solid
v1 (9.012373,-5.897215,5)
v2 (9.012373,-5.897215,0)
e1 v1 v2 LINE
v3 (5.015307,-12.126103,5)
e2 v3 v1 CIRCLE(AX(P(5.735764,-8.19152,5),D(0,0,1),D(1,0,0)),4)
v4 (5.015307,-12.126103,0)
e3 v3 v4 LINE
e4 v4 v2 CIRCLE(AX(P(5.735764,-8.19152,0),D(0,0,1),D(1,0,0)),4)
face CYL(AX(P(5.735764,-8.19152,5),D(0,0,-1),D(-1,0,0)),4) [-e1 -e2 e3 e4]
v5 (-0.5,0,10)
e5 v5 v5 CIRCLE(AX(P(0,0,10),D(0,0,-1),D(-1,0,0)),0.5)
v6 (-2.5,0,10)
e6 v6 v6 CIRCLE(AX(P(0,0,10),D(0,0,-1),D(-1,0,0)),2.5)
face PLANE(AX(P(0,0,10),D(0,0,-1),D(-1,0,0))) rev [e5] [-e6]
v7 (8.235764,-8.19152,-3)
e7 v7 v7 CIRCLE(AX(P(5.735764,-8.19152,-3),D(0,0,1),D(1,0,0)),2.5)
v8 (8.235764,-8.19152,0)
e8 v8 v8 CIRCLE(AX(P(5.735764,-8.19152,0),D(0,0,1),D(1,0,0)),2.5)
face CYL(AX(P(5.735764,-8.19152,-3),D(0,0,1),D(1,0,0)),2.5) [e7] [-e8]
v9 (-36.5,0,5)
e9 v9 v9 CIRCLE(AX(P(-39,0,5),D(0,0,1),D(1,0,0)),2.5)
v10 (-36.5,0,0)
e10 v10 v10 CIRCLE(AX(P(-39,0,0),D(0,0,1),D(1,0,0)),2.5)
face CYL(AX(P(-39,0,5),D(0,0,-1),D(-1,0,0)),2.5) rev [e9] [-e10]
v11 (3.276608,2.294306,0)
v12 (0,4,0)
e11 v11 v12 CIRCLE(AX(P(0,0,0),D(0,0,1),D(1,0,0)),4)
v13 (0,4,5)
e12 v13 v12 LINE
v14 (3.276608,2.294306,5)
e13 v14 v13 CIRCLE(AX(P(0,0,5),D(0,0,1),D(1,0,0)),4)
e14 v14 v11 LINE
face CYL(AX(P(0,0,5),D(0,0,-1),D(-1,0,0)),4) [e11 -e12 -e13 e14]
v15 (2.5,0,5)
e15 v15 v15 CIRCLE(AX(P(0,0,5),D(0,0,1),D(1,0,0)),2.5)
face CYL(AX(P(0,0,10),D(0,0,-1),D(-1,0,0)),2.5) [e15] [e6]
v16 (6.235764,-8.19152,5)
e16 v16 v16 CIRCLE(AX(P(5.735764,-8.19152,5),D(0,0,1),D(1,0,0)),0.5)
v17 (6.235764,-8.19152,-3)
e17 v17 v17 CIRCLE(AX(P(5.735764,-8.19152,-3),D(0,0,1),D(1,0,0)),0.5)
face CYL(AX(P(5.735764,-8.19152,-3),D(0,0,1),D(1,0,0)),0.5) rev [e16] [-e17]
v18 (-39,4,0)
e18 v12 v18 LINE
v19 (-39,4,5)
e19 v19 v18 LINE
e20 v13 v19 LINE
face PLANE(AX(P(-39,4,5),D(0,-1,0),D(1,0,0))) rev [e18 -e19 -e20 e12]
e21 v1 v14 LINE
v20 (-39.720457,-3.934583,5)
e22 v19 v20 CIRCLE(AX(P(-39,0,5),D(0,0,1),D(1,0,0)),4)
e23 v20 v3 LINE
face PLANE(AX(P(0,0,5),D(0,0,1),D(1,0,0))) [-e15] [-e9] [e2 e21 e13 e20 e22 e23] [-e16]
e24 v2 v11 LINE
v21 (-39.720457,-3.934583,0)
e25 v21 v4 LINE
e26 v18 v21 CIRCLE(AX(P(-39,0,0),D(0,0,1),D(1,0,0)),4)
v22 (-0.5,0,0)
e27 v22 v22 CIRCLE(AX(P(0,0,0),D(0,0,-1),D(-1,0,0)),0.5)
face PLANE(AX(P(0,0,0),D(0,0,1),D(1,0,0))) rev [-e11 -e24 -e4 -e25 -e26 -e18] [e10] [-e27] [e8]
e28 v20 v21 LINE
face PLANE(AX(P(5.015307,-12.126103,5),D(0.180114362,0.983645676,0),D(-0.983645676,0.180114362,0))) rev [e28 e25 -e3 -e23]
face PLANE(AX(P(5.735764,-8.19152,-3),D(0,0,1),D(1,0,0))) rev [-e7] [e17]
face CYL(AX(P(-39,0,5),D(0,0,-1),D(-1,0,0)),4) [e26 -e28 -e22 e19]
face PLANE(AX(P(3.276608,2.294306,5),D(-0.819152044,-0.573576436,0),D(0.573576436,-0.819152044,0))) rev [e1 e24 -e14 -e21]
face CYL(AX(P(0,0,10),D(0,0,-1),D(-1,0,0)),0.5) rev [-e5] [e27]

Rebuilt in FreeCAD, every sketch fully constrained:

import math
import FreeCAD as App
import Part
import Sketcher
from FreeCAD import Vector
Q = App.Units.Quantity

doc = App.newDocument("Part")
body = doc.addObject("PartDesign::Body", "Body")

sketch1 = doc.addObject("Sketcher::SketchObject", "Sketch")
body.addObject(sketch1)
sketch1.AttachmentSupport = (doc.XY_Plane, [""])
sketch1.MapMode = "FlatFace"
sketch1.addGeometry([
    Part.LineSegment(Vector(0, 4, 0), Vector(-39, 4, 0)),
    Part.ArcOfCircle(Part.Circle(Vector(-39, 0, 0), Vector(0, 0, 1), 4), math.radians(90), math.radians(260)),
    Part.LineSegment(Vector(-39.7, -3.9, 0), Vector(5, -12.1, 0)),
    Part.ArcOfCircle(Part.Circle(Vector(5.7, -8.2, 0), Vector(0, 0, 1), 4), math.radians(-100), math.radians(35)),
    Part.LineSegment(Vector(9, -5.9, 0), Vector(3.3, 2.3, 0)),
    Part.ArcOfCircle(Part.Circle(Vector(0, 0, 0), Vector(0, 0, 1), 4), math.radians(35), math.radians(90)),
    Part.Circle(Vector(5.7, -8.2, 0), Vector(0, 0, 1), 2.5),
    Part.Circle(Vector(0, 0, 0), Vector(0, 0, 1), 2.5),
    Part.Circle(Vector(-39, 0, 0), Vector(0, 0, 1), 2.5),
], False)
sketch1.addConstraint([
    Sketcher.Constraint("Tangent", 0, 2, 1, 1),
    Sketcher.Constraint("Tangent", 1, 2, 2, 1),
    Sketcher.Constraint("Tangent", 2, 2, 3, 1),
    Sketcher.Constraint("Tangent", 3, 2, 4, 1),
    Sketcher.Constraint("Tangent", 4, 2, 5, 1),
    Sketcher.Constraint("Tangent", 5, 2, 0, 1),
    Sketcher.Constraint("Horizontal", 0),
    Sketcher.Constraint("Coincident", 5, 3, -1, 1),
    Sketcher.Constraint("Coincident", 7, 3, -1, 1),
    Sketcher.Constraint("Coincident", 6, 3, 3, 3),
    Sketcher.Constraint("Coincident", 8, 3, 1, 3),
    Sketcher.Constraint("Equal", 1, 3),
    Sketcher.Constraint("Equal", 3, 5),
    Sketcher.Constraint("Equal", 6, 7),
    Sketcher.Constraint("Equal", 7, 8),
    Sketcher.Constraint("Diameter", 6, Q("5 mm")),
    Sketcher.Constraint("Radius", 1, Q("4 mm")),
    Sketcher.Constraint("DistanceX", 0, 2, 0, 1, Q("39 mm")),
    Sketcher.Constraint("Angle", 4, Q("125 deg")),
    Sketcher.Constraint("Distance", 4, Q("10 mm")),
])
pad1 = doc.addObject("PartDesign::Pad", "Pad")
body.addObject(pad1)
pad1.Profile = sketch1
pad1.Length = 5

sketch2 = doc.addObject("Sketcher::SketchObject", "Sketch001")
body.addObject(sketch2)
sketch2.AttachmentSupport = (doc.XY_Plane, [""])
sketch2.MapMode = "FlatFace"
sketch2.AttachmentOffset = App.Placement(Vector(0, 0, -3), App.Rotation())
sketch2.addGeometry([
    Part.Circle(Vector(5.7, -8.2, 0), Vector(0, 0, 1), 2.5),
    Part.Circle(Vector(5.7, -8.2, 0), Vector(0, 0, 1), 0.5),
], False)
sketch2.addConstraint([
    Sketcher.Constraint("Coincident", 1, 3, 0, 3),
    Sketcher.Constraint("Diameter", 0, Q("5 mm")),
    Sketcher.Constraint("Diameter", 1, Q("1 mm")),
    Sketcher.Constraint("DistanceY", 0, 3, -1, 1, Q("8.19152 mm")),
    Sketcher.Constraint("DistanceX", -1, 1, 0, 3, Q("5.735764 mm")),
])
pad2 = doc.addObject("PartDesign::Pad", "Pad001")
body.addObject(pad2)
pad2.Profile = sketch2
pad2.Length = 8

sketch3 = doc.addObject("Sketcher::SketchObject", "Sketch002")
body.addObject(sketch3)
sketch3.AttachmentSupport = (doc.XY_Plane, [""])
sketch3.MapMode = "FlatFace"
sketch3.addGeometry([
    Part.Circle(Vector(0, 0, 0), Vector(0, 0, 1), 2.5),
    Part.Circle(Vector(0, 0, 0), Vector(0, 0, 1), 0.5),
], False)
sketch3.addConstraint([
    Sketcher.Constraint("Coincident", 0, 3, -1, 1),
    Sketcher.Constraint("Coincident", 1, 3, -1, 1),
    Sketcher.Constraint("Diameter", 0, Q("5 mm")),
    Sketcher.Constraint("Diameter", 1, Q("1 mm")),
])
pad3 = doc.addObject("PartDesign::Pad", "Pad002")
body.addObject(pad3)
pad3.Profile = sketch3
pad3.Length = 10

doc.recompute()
+++
**What is expected:** Above are records; repeat only the lines starting at the line with "e21 v1 v14 LINE" and ending at the line with "e27 v22 v22", exactly as they appear, both included.

**Response box:**
e21 v1 v14 LINE
v20 (-39.720457,-3.934583,5)
e22 v19 v20 CIRCLE(AX(P(-39,0,5),D(0,0,1),D(1,0,0)),4)
e23 v20 v3 LINE
face PLANE(AX(P(0,0,5),D(0,0,1),D(1,0,0))) [-e15] [-e9] [e2 e21 e13 e20 e22 e23] [-e16]
e24 v2 v11 LINE
v21 (-39.720457,-3.934583,0)
e25 v21 v4 LINE
e26 v18 v21 CIRCLE(AX(P(-39,0,0),D(0,0,1),D(1,0,0)),4)
v22 (-0.5,0,0)
e27 v22 v22 CIRCLE(AX(P(0,0,0),D(0,0,-1),D(-1,0,0)),0.5)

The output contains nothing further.